Например, посты должны помогать человеку молиться. Если пост человека доводит до помрачения рассудка, до ослабления организма и невозможности работать, если человек не то что молиться — спокойно общаться с ближними во время поста не может — то любой здравомыслящий священник должен посоветовать человеку пост ослабить (хотя и не прекратить вовсе — просто подобрать нужную для себя меру). «Послушание, — учил прп. Серафим Саровский, — превыше поста и молитвы». Много и тяжело работающие или учащиеся частично от поста освобождаются. Даже в духовных семинариях Великим постом студентам предлагается рыба и иногда даже творог для поддержания сил. Естественно, в ослабленной форме соблюдают пост школьники и вообще дети и подростки.
В некоторых случаях, правда, никакого особого фанатизма в посте православный человек не проявляет, но его нецерковные друзья, родственники и знакомые оценивают его поведение как ненормальное. Например, если православная семья пытается постепенно приучать ребенка с малых лет к посту (начинать можно с того, что в пост не давать конфет или не смотреть мультики или отказываться от мяса), то окружающие могут сказать, что у ребенка отнимают детство и лишают жизненных сил молодой растущий организм. А если член неверующей семьи обращается к вере, начинает воцерковляться и поститься, то остальным может показаться, что он изводит себя голодом. Чтобы не смущать людей, православному надо стараться не заострять внимание на своем образе жизни.

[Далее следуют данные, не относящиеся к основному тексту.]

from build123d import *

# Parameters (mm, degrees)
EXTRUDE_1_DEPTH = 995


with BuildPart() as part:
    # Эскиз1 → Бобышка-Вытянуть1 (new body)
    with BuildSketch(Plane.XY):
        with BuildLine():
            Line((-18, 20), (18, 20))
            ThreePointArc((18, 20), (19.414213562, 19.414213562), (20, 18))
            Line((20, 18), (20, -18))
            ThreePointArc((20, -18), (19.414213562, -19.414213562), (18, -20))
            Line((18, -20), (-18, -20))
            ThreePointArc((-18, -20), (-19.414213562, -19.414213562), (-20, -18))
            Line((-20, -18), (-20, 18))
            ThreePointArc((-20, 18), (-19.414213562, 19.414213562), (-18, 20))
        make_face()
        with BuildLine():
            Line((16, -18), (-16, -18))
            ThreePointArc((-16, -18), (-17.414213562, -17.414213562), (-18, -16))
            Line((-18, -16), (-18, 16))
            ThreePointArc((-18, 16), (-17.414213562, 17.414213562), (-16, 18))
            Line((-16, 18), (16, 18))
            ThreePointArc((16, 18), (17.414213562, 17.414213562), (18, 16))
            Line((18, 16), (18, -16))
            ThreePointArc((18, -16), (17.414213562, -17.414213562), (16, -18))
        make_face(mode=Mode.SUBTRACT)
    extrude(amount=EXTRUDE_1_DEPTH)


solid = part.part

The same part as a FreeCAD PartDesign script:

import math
import FreeCAD as App
import Part
import Sketcher
from FreeCAD import Vector
Q = App.Units.Quantity

doc = App.newDocument("Part")
params = doc.addObject("Spreadsheet::Sheet", "Params")
for row, (alias, value) in enumerate([
    ("sketch1_radius", "2 mm"),
    ("sketch1_width", "36 mm"),
    ("pad1_length", "995 mm"),
], start=1):
    params.set(f"A{row}", alias)
    params.set(f"B{row}", "=" + value)
    params.setAlias(f"B{row}", alias)

body = doc.addObject("PartDesign::Body", "Body")

# Sketch on XY plane
sketch1 = body.newObject("Sketcher::SketchObject", "Sketch")
sketch1.AttachmentSupport = (doc.getObject("XY_Plane"), [""])
sketch1.MapMode = "FlatFace"
sketch1.addGeometry(Part.LineSegment(Vector(18, 20, 0), Vector(-18, 20, 0)), False)
sketch1.addGeometry(Part.ArcOfCircle(Part.Circle(Vector(-18, 18, 0), Vector(0, 0, 1), 2), math.radians(90), math.radians(180)), False)
sketch1.addGeometry(Part.LineSegment(Vector(-20, 18, 0), Vector(-20, -18, 0)), False)
sketch1.addGeometry(Part.ArcOfCircle(Part.Circle(Vector(-18, -18, 0), Vector(0, 0, 1), 2), math.radians(-180), math.radians(-90)), False)
sketch1.addGeometry(Part.LineSegment(Vector(-18, -20, 0), Vector(18, -20, 0)), False)
sketch1.addGeometry(Part.ArcOfCircle(Part.Circle(Vector(18, -18, 0), Vector(0, 0, 1), 2), math.radians(-90), math.radians(0)), False)
sketch1.addGeometry(Part.LineSegment(Vector(20, -18, 0), Vector(20, 18, 0)), False)
sketch1.addGeometry(Part.ArcOfCircle(Part.Circle(Vector(18, 18, 0), Vector(0, 0, 1), 2), math.radians(0), math.radians(90)), False)
sketch1.addGeometry(Part.LineSegment(Vector(16, -18, 0), Vector(-16, -18, 0)), False)
sketch1.addGeometry(Part.ArcOfCircle(Part.Circle(Vector(-16, -16, 0), Vector(0, 0, 1), 2), math.radians(-180), math.radians(-90)), False)
sketch1.addGeometry(Part.LineSegment(Vector(-18, -16, 0), Vector(-18, 16, 0)), False)
sketch1.addGeometry(Part.ArcOfCircle(Part.Circle(Vector(-16, 16, 0), Vector(0, 0, 1), 2), math.radians(90), math.radians(180)), False)
sketch1.addGeometry(Part.LineSegment(Vector(-16, 18, 0), Vector(16, 18, 0)), False)
sketch1.addGeometry(Part.ArcOfCircle(Part.Circle(Vector(16, 16, 0), Vector(0, 0, 1), 2), math.radians(0), math.radians(90)), False)
sketch1.addGeometry(Part.LineSegment(Vector(18, 16, 0), Vector(18, -16, 0)), False)
sketch1.addGeometry(Part.ArcOfCircle(Part.Circle(Vector(16, -16, 0), Vector(0, 0, 1), 2), math.radians(-90), math.radians(0)), False)
sketch1.addConstraint(Sketcher.Constraint("Tangent", 0, 2, 1, 1))
sketch1.addConstraint(Sketcher.Constraint("Tangent", 1, 2, 2, 1))
sketch1.addConstraint(Sketcher.Constraint("Tangent", 2, 2, 3, 1))
sketch1.addConstraint(Sketcher.Constraint("Tangent", 3, 2, 4, 1))
sketch1.addConstraint(Sketcher.Constraint("Tangent", 4, 2, 5, 1))
sketch1.addConstraint(Sketcher.Constraint("Tangent", 5, 2, 6, 1))
sketch1.addConstraint(Sketcher.Constraint("Tangent", 6, 2, 7, 1))
sketch1.addConstraint(Sketcher.Constraint("Tangent", 7, 2, 0, 1))
sketch1.addConstraint(Sketcher.Constraint("Tangent", 8, 2, 9, 2))
sketch1.addConstraint(Sketcher.Constraint("Tangent", 9, 1, 10, 1))
sketch1.addConstraint(Sketcher.Constraint("Tangent", 10, 2, 11, 2))
sketch1.addConstraint(Sketcher.Constraint("Tangent", 11, 1, 12, 1))
sketch1.addConstraint(Sketcher.Constraint("Tangent", 12, 2, 13, 2))
sketch1.addConstraint(Sketcher.Constraint("Tangent", 13, 1, 14, 1))
sketch1.addConstraint(Sketcher.Constraint("Tangent", 14, 2, 15, 2))
sketch1.addConstraint(Sketcher.Constraint("Tangent", 15, 1, 8, 1))
sketch1.addConstraint(Sketcher.Constraint("Horizontal", 0))
sketch1.addConstraint(Sketcher.Constraint("Vertical", 2))
sketch1.addConstraint(Sketcher.Constraint("Horizontal", 4))
sketch1.addConstraint(Sketcher.Constraint("Vertical", 6))
sketch1.addConstraint(Sketcher.Constraint("Horizontal", 8))
sketch1.addConstraint(Sketcher.Constraint("Vertical", 10))
sketch1.addConstraint(Sketcher.Constraint("Horizontal", 12))
sketch1.addConstraint(Sketcher.Constraint("Vertical", 14))
sketch1.addConstraint(Sketcher.Constraint("Equal", 1, 3))
sketch1.addConstraint(Sketcher.Constraint("Equal", 3, 5))
sketch1.addConstraint(Sketcher.Constraint("Equal", 5, 7))
sketch1.addConstraint(Sketcher.Constraint("Equal", 7, 9))
sketch1.addConstraint(Sketcher.Constraint("Equal", 9, 11))
sketch1.addConstraint(Sketcher.Constraint("Equal", 11, 13))
sketch1.addConstraint(Sketcher.Constraint("Equal", 13, 15))
sketch1.addConstraint(Sketcher.Constraint("Symmetric", 1, 3, 5, 3, -1, 1))
sketch1.addConstraint(Sketcher.Constraint("Symmetric", 9, 3, 13, 3, -1, 1))
sketch1.addConstraint(Sketcher.Constraint("Horizontal", 5, 2, 8, 2))
sketch1.addConstraint(Sketcher.Constraint("Vertical", 3, 2, 9, 1))
sketch1.addConstraint(Sketcher.Constraint("Equal", 4, 2))
sketch1.addConstraint(Sketcher.Constraint("Radius", 1, Q("2 mm")))
sketch1.addConstraint(Sketcher.Constraint("DistanceX", 0, 2, 0, 1, Q("36 mm")))
sketch1.setExpression("Constraints[36]", "Params.sketch1_radius")
sketch1.setExpression("Constraints[37]", "Params.sketch1_width")
pad1 = body.newObject("PartDesign::Pad", "Pad")
pad1.Profile = sketch1
pad1.setExpression("Length", "Params.pad1_length")

doc.recompute()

Пост — все-таки дело индивидуальное. Человек же, как известно, «животное общественное». Гораздо более сложная проблема — общение православного с неверующими или невоцерковленными людьми. Православные перестают общаться с людьми часто по «неофитству» — не вполне еще вошедший в церковную жизнь христианин не всегда может отличить простую трудность от настоящего искушения. Он боится, находясь в гостях во время поста, взять огурец вместо куска колбасы или перекреститься перед едой или смущается своего внешнего вида (вышла женщина из храма в длинной юбке — так ходить не модно, она боится, что ее засмеют). Потом, когда человек начинает понимать, что внешне христианин может никак не отличаться от других людей, а к постящемуся часто относятся даже с уважением, эта проблема отпадает.
Побег в «пещеры», «леса» и «пустыни», если человек не монах, связан с тем, что он «застрял» в таком состоянии новоначального. Если же попадется не очень разумный (или, что хуже, такой же несознательный) священник, то вокруг него может возникнуть целая секта таких православных фанатиков. Этих людей очень жаль, но они имеют мало отношения к настоящему православию. В 2008 году на всю Россию прогремела драматическая история о том, как тридцать человек спрятались в пещере в Пензенской области в ожидании конца света. Велось множество споров: то ли это новая секта, то ли расстройство психики, то ли просто религиозная экзальтация. Сейчас ответить на этот вопрос сложно. Обратим внимание на один характерный факт: после выхода из пещеры «затворники» не пошли в храм, а стали молиться в специально оборудованных «молельнях».